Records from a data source
■ ■ ■

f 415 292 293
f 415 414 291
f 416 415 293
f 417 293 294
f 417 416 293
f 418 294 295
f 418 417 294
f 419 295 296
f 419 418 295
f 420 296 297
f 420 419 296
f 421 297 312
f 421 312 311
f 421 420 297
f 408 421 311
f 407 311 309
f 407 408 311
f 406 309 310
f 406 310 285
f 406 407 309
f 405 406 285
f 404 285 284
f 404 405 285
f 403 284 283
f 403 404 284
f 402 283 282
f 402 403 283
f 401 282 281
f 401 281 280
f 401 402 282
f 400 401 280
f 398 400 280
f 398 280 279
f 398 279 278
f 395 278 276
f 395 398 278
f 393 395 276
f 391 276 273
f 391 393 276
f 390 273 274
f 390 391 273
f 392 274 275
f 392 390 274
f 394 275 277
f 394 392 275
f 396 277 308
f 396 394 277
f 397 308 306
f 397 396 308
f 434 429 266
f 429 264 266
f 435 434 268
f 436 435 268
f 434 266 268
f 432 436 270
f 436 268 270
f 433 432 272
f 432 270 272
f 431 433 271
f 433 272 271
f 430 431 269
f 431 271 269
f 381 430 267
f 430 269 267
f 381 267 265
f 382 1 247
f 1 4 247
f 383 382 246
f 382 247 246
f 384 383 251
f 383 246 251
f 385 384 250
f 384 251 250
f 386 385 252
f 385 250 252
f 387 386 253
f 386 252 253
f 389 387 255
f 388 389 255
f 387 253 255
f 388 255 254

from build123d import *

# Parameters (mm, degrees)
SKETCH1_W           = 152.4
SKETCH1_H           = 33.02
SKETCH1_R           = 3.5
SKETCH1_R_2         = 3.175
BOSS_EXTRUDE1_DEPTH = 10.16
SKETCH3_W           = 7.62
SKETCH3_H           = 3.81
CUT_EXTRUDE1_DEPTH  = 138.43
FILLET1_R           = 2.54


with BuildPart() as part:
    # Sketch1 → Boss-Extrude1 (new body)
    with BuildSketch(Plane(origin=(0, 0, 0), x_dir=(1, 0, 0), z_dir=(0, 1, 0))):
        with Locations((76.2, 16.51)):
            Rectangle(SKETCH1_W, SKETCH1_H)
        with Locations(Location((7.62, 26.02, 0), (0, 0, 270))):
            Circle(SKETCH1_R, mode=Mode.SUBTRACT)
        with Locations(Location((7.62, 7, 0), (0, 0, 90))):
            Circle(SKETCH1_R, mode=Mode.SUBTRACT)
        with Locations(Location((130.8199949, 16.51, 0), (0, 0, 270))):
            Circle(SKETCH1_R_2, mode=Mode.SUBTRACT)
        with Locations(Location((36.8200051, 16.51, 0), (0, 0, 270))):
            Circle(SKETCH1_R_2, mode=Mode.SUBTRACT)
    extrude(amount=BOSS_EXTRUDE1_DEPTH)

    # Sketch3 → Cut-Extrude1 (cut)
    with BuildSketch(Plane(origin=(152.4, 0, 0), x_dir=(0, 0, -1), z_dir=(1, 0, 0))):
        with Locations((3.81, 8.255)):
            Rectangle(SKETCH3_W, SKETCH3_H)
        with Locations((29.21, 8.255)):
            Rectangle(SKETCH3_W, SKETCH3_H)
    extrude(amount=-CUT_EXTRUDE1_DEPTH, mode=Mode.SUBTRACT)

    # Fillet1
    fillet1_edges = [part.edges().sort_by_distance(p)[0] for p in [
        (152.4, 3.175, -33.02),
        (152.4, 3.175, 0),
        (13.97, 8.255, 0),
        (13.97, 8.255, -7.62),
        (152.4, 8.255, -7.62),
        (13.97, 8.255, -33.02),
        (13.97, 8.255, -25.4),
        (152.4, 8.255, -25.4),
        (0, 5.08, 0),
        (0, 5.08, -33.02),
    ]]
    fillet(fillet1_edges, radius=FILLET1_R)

■ ■ ■

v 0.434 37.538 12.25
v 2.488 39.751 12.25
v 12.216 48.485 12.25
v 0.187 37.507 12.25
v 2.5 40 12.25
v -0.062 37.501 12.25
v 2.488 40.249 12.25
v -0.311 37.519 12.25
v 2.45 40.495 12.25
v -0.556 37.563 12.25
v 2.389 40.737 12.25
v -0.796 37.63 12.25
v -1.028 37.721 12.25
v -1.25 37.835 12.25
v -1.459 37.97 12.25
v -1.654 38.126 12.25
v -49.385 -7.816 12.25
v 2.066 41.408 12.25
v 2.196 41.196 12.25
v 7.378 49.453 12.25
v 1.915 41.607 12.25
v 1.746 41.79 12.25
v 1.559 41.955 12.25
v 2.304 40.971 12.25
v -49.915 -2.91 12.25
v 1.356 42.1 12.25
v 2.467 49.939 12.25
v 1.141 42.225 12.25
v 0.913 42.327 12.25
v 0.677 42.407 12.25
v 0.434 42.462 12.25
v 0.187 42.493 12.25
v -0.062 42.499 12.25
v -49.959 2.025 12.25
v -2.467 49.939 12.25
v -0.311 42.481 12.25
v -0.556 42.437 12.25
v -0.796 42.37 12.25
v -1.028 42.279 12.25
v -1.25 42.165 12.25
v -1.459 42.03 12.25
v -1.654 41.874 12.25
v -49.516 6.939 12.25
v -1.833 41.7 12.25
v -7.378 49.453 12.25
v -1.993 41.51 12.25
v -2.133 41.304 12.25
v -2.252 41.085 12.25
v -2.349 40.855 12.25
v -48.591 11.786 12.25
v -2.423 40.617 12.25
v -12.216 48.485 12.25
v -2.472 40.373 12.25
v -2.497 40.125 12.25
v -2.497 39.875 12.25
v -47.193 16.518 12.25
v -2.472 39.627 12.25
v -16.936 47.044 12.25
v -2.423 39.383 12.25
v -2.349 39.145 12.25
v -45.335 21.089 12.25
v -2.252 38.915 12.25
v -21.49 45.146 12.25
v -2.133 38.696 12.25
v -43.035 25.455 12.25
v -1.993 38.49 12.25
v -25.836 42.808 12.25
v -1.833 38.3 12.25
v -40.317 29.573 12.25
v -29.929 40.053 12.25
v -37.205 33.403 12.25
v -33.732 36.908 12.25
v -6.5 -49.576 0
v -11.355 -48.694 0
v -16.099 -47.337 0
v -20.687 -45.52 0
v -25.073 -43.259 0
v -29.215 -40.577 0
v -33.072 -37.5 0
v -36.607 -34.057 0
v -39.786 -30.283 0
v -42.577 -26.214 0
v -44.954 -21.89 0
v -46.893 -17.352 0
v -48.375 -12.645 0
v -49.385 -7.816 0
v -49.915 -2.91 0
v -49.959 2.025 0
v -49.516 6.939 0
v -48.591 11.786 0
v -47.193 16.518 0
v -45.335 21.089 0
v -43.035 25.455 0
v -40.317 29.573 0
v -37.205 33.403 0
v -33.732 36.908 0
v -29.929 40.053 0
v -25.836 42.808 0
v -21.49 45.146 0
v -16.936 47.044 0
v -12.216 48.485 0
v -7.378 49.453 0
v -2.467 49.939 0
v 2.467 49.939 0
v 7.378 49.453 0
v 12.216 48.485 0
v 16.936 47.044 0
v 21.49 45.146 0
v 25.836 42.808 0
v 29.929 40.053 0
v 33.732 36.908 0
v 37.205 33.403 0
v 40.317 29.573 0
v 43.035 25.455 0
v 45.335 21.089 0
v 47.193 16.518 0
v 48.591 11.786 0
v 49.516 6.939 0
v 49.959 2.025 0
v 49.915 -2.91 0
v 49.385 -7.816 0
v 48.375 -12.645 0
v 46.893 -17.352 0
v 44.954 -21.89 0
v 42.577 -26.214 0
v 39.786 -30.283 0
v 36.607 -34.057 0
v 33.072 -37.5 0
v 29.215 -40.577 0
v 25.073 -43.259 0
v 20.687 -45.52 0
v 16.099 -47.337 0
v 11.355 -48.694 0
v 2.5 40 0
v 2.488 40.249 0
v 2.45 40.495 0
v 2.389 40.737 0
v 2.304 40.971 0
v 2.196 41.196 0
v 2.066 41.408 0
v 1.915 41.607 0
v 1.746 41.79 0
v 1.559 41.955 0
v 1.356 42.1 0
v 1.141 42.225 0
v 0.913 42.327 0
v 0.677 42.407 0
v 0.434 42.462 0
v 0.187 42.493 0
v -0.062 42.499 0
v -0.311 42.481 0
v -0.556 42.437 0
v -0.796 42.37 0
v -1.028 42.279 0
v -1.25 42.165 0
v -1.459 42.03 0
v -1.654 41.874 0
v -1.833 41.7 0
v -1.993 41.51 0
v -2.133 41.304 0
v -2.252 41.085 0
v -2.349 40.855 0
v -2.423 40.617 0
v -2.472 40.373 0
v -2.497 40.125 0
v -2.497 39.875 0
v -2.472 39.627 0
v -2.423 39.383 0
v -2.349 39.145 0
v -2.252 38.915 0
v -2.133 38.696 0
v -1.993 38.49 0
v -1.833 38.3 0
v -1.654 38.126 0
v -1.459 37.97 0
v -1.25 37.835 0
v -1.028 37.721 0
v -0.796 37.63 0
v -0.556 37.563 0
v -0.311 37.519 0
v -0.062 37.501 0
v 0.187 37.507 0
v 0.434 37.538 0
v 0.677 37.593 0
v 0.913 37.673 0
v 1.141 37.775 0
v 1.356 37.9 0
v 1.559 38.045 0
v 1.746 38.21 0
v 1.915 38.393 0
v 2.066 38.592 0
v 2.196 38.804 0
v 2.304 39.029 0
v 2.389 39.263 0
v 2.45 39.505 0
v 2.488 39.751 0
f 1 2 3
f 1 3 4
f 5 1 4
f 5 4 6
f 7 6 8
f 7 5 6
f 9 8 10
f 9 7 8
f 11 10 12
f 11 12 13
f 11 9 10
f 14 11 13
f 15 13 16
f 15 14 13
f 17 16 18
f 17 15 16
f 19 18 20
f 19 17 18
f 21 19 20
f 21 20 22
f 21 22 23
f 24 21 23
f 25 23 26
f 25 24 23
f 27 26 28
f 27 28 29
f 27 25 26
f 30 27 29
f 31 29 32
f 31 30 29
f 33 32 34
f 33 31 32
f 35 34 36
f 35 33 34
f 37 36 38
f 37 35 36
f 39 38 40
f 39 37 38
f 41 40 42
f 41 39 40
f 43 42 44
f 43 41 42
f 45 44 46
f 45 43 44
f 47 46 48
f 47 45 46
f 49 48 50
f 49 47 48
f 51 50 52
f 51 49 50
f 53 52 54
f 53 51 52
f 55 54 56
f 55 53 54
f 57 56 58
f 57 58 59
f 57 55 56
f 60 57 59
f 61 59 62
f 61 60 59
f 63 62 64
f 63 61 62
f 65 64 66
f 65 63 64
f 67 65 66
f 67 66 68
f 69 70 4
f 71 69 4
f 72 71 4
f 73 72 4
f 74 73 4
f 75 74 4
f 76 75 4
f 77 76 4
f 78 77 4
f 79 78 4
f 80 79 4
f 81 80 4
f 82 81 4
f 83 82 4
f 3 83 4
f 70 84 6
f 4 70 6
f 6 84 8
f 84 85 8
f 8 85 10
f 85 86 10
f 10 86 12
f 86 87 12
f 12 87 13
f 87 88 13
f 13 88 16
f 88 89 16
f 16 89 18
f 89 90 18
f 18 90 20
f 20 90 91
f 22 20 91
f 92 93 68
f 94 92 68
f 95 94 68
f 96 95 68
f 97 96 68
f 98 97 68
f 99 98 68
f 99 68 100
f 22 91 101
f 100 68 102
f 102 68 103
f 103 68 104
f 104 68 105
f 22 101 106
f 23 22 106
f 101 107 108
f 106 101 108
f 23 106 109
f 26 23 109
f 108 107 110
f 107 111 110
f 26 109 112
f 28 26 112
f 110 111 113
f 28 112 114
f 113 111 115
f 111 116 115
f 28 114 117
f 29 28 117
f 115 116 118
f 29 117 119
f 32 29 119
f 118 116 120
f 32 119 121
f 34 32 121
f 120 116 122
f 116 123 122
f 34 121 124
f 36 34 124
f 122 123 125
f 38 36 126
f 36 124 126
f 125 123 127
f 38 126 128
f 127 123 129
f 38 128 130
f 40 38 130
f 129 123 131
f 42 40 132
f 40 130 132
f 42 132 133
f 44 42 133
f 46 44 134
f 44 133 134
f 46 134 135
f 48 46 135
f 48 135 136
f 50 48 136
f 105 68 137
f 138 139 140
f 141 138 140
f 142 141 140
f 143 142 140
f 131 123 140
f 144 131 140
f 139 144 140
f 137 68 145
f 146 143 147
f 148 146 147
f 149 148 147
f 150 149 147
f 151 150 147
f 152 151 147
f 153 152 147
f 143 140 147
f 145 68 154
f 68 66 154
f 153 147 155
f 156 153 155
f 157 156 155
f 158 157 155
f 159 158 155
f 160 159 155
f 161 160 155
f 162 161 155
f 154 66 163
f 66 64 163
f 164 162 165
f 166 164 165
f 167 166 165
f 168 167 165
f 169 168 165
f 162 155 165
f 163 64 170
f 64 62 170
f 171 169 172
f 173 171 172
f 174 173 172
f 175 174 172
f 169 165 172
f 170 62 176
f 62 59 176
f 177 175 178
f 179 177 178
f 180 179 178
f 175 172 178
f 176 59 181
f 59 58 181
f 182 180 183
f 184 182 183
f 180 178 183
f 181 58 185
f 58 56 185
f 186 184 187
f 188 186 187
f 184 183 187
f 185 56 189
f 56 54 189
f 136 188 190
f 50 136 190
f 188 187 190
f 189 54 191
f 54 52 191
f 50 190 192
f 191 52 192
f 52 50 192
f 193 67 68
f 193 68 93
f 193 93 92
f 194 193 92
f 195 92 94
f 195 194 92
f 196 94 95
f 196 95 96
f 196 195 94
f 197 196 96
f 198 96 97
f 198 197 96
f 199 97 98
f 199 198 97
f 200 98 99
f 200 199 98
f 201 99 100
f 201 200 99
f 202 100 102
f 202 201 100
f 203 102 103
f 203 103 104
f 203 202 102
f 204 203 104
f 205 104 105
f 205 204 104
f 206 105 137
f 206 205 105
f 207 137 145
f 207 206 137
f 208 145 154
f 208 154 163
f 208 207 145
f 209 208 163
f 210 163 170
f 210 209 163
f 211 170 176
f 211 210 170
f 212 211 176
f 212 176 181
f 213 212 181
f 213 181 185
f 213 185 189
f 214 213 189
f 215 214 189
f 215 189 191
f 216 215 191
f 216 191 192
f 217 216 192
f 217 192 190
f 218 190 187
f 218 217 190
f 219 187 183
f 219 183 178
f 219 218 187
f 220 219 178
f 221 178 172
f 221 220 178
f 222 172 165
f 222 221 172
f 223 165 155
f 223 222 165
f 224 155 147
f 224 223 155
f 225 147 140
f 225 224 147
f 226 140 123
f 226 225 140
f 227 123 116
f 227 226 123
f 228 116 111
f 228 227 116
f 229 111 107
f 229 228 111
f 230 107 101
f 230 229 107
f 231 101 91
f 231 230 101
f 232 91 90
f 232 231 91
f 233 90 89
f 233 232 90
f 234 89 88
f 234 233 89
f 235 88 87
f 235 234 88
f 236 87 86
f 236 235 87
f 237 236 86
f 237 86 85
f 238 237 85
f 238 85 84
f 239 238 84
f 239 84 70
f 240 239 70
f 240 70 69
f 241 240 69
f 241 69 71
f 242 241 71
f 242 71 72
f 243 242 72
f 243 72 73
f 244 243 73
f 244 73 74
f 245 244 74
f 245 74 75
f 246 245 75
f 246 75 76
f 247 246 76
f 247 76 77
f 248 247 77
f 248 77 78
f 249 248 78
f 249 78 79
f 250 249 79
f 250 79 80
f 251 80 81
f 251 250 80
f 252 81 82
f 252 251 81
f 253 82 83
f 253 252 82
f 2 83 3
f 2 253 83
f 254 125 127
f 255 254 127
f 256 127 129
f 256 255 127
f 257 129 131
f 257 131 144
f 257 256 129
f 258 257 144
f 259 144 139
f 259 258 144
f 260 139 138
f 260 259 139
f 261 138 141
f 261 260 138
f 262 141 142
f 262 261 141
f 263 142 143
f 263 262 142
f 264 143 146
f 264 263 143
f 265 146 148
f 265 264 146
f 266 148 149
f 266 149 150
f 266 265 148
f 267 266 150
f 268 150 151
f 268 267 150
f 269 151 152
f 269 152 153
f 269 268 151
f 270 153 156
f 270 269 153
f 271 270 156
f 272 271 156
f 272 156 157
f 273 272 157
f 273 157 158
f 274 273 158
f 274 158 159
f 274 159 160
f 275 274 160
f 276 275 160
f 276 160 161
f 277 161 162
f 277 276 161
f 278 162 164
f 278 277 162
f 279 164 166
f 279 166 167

■ ■ ■

Required work.
From the records above, transcribe without alteration every line from the one with "v 2.066 38.592 0" to the one with "f 153 147 155", inclusive.

Answer for this exercise.
v 2.066 38.592 0
v 2.196 38.804 0
v 2.304 39.029 0
v 2.389 39.263 0
v 2.45 39.505 0
v 2.488 39.751 0
f 1 2 3
f 1 3 4
f 5 1 4
f 5 4 6
f 7 6 8
f 7 5 6
f 9 8 10
f 9 7 8
f 11 10 12
f 11 12 13
f 11 9 10
f 14 11 13
f 15 13 16
f 15 14 13
f 17 16 18
f 17 15 16
f 19 18 20
f 19 17 18
f 21 19 20
f 21 20 22
f 21 22 23
f 24 21 23
f 25 23 26
f 25 24 23
f 27 26 28
f 27 28 29
f 27 25 26
f 30 27 29
f 31 29 32
f 31 30 29
f 33 32 34
f 33 31 32
f 35 34 36
f 35 33 34
f 37 36 38
f 37 35 36
f 39 38 40
f 39 37 38
f 41 40 42
f 41 39 40
f 43 42 44
f 43 41 42
f 45 44 46
f 45 43 44
f 47 46 48
f 47 45 46
f 49 48 50
f 49 47 48
f 51 50 52
f 51 49 50
f 53 52 54
f 53 51 52
f 55 54 56
f 55 53 54
f 57 56 58
f 57 58 59
f 57 55 56
f 60 57 59
f 61 59 62
f 61 60 59
f 63 62 64
f 63 61 62
f 65 64 66
f 65 63 64
f 67 65 66
f 67 66 68
f 69 70 4
f 71 69 4
f 72 71 4
f 73 72 4
f 74 73 4
f 75 74 4
f 76 75 4
f 77 76 4
f 78 77 4
f 79 78 4
f 80 79 4
f 81 80 4
f 82 81 4
f 83 82 4
f 3 83 4
f 70 84 6
f 4 70 6
f 6 84 8
f 84 85 8
f 8 85 10
f 85 86 10
f 10 86 12
f 86 87 12
f 12 87 13
f 87 88 13
f 13 88 16
f 88 89 16
f 16 89 18
f 89 90 18
f 18 90 20
f 20 90 91
f 22 20 91
f 92 93 68
f 94 92 68
f 95 94 68
f 96 95 68
f 97 96 68
f 98 97 68
f 99 98 68
f 99 68 100
f 22 91 101
f 100 68 102
f 102 68 103
f 103 68 104
f 104 68 105
f 22 101 106
f 23 22 106
f 101 107 108
f 106 101 108
f 23 106 109
f 26 23 109
f 108 107 110
f 107 111 110
f 26 109 112
f 28 26 112
f 110 111 113
f 28 112 114
f 113 111 115
f 111 116 115
f 28 114 117
f 29 28 117
f 115 116 118
f 29 117 119
f 32 29 119
f 118 116 120
f 32 119 121
f 34 32 121
f 120 116 122
f 116 123 122
f 34 121 124
f 36 34 124
f 122 123 125
f 38 36 126
f 36 124 126
f 125 123 127
f 38 126 128
f 127 123 129
f 38 128 130
f 40 38 130
f 129 123 131
f 42 40 132
f 40 130 132
f 42 132 133
f 44 42 133
f 46 44 134
f 44 133 134
f 46 134 135
f 48 46 135
f 48 135 136
f 50 48 136
f 105 68 137
f 138 139 140
f 141 138 140
f 142 141 140
f 143 142 140
f 131 123 140
f 144 131 140
f 139 144 140
f 137 68 145
f 146 143 147
f 148 146 147
f 149 148 147
f 150 149 147
f 151 150 147
f 152 151 147
f 153 152 147
f 143 140 147
f 145 68 154
f 68 66 154
f 153 147 155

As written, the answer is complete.